Millard, 683 So.2d at 1001 (emphasis added).
The husband argues that the Court of Civil Appeals' opinion is contrary to prior decisions of this Court and the Court of Civil Appeals stating that an appellate court should not substitute its judgment for that of the trial judge.
"It is well established in Alabama that the modification of an alimony provision based upon changed circumstances is a matter that rests within the circuit court's sound discretion. Furthermore, the ore tenus standard is applied to the ruling of the circuit court; thus, a presumption of correctness attaches to the ruling and the ruling will not be reversed unless it is not supported by the evidence and is clearly an abuse of the court's discretion. In Ex parte Jackson, 567 So.2d 867 (Ala.1990), this Court specifically set out the standard of review applicable in a case involving alimony in which the circuit court hears oral testimony on conflicting evidence. We held:
"`Issues involving alimony and the payment of marital debts are within the sound discretion of the trial judge in a divorce action. The judge's ruling on these matters will not be disturbed unless it is a plain and palpable abuse of discretion.'
567 So.2d at 868. See also Paajanen v. Paajanen, 600 So.2d 293 (Ala.Civ.App. 1992), and Brown v. Brown, 586 So.2d 919 (Ala.Civ.App.1991).
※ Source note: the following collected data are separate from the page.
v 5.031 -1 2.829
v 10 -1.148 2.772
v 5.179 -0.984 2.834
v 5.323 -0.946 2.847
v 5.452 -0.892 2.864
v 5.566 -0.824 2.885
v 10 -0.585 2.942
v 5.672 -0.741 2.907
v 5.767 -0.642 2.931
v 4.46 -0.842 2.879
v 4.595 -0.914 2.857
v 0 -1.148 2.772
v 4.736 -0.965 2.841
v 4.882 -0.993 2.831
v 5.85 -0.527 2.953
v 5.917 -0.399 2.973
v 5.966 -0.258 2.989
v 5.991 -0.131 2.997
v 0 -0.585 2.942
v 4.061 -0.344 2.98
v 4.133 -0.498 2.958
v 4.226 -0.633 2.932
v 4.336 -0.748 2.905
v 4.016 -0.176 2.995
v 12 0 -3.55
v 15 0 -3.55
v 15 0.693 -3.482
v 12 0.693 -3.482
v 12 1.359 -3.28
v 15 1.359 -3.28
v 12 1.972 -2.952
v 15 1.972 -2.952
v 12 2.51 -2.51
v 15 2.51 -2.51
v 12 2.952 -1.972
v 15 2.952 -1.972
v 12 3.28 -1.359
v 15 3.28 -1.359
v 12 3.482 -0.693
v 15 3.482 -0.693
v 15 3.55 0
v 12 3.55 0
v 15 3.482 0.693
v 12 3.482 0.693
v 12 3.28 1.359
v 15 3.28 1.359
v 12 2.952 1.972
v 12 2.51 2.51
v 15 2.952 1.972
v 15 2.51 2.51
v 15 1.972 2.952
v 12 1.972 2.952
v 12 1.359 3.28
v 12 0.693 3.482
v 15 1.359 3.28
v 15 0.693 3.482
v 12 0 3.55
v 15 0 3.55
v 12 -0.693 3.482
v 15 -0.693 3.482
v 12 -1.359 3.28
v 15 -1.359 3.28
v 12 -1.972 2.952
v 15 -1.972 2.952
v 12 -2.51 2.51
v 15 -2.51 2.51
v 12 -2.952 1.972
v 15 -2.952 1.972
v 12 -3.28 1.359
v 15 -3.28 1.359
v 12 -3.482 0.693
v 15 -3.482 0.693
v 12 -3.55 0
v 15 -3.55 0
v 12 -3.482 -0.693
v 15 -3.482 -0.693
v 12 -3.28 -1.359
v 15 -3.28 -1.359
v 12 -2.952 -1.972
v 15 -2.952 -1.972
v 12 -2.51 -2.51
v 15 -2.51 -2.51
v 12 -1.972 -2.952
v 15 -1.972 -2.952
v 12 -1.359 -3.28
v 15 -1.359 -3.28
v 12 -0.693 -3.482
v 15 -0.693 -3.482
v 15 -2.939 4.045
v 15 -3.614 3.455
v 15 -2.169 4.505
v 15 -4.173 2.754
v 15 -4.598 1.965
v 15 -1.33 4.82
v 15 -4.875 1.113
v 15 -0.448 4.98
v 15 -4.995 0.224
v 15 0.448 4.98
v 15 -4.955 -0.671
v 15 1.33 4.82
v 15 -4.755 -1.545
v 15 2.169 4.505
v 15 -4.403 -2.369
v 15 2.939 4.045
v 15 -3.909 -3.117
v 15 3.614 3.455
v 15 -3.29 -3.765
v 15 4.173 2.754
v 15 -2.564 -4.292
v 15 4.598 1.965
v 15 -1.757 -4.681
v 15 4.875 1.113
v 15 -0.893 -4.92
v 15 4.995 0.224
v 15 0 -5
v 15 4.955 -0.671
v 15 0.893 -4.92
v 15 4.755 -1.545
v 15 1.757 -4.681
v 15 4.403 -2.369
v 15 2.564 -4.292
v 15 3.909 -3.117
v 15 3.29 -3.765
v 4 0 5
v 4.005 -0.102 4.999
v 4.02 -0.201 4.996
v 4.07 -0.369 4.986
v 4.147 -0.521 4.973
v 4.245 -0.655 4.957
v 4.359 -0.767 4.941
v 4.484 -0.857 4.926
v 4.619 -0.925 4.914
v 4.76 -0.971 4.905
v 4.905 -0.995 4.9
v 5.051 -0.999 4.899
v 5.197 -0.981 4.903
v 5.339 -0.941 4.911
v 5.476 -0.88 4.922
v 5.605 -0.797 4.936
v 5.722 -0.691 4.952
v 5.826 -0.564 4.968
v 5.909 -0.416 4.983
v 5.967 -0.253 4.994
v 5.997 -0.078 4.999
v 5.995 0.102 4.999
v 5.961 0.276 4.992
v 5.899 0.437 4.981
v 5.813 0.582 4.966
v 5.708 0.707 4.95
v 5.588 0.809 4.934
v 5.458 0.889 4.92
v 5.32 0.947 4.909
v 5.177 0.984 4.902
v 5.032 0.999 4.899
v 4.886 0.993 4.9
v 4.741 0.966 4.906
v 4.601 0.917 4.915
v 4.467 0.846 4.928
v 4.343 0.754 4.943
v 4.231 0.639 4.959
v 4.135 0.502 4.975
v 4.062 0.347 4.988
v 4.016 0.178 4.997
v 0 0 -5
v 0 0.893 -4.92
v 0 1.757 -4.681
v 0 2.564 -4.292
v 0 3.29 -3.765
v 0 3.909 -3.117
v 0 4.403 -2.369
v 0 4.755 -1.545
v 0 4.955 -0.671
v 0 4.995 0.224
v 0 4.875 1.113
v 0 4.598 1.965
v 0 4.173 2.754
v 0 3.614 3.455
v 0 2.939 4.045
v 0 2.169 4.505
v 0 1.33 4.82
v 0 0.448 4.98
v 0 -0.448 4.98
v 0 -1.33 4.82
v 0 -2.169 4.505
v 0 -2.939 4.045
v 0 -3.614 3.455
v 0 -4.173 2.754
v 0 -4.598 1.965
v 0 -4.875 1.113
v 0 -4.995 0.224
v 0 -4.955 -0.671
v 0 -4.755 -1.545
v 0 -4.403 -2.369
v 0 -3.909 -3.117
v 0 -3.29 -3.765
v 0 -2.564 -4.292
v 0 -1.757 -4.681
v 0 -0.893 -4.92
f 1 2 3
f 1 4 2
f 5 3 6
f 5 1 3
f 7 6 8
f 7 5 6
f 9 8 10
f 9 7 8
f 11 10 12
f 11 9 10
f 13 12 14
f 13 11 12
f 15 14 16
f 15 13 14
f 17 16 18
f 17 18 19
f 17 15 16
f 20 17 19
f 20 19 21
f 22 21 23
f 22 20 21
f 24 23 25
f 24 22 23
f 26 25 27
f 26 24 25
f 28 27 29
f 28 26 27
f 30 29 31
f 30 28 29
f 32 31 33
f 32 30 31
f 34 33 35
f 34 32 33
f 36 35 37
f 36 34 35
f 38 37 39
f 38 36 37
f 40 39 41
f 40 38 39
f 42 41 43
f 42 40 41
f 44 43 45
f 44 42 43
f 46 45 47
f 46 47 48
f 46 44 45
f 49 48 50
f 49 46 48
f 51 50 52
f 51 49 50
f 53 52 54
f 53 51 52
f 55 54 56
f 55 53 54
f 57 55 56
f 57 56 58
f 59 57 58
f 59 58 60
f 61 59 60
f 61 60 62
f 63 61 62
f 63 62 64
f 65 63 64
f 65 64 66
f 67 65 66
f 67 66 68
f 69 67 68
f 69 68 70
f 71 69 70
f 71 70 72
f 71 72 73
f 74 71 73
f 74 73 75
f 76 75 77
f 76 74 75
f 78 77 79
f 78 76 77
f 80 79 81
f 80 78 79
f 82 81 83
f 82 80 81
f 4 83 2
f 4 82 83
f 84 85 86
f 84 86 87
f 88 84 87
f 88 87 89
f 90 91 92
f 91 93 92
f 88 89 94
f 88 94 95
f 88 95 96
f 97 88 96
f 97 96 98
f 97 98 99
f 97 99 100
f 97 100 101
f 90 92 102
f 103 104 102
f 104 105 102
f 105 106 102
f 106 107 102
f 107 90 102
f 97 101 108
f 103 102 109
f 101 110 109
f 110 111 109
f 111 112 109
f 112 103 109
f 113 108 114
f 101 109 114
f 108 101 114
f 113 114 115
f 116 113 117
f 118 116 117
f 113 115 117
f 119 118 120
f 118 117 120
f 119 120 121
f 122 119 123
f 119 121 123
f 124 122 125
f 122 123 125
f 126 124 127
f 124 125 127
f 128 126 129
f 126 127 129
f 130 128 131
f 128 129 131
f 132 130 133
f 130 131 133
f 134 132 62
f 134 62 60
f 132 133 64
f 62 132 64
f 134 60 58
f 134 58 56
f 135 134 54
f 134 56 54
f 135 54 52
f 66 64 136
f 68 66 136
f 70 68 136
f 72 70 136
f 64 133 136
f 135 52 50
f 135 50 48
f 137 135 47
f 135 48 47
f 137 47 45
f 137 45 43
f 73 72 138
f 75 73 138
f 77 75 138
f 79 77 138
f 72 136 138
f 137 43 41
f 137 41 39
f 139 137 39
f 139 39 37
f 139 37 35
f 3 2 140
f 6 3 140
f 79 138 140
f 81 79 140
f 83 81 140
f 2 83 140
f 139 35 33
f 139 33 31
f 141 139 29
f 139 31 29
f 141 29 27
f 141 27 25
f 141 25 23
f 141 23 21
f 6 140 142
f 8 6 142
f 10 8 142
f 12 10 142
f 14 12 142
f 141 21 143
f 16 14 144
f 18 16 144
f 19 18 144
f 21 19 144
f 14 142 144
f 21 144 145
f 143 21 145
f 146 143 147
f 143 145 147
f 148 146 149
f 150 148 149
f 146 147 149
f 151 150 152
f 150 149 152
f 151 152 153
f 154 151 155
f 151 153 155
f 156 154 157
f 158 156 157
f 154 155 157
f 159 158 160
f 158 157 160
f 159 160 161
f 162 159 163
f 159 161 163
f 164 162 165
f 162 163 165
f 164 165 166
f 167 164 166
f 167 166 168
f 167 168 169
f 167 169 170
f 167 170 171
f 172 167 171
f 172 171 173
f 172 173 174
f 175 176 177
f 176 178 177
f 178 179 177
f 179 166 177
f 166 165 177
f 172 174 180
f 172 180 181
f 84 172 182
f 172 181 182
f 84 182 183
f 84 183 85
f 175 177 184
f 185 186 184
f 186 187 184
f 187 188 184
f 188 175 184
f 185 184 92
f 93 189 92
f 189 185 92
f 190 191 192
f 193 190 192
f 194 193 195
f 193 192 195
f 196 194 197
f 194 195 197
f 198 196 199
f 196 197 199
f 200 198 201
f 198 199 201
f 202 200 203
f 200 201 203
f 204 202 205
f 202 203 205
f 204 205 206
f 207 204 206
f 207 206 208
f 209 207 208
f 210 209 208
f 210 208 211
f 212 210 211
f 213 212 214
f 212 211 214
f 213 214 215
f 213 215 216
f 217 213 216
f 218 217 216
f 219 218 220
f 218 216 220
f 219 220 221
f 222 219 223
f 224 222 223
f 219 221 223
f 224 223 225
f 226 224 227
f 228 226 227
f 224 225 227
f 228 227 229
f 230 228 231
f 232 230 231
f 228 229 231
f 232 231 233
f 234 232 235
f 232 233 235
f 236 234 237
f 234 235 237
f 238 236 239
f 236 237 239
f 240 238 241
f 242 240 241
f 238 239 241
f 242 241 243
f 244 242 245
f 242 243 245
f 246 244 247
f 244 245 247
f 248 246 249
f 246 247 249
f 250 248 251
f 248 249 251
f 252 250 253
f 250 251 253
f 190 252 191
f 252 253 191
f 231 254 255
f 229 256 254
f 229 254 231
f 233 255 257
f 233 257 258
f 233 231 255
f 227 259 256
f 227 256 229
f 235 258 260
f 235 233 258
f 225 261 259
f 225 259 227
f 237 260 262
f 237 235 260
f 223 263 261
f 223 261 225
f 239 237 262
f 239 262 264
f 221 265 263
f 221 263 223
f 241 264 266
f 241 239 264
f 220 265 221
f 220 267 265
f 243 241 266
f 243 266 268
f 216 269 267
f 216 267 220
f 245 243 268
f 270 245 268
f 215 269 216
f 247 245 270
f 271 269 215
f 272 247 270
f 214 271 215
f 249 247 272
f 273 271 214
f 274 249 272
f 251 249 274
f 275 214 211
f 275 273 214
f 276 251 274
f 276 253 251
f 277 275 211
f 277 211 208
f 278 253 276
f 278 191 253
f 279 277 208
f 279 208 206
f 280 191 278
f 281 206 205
"Thus, when this Court or the Court of Civil Appeals reviews a circuit court's order, it is not to substitute its judgment of the facts for that of the circuit court. Rea v. Rea, 599 So.2d 1206 (Ala.Civ.App.1992). Instead, our task is simply to determine if there was sufficient evidence before the circuit court to support its decision against a charge of arbitrariness and abuse of discretion. Peterman v. Peterman, 510 So.2d 822 (Ala.Civ.App.1987)."
Ex parte Smith, 673 So.2d 420, 421-22 (Ala. 1995).
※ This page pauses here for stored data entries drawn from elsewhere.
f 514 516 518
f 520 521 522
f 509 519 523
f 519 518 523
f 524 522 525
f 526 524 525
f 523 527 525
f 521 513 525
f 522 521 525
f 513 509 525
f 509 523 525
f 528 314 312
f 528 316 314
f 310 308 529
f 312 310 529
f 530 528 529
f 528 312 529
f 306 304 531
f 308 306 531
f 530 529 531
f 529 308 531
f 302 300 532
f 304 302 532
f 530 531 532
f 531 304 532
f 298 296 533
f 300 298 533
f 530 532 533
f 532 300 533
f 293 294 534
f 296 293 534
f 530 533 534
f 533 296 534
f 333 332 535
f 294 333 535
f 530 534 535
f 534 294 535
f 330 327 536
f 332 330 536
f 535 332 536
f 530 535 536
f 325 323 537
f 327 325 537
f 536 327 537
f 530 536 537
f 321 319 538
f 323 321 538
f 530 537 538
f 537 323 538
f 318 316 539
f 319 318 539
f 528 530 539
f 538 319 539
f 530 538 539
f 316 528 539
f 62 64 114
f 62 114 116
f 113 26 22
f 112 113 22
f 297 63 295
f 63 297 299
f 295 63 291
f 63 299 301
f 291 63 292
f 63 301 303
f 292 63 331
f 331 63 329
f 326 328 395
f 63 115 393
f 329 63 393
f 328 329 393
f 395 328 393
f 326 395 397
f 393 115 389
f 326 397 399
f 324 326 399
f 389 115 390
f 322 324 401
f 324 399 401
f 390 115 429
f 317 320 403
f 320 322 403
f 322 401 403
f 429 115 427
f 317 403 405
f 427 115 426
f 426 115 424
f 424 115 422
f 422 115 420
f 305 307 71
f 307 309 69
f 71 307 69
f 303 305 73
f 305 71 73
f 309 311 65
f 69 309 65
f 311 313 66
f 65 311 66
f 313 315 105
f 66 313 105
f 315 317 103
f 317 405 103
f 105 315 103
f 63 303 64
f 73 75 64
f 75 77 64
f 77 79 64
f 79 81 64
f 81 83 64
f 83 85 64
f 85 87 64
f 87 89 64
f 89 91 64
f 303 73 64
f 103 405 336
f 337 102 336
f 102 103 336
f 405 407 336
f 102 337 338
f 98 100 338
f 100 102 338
The evidence before the trial court supports its modification order; thus, the trial court did not abuse its discretion. In the trial court, the husband presented testimony that he had had a decrease in income of between 18% and 20% The trial court, after hearing two days of testimony, considered this decrease sufficient to constitute a material change in circumstances.
Based on Ex parte Smith, supra, and other cases applying the ore tenus rule, we reverse and remand.
REVERSED AND REMANDED.
HOOPER, C.J., and MADDOX, ALMON, SHORES, HOUSTON, KENNEDY, COOK, and BUTTS, JJ., concur.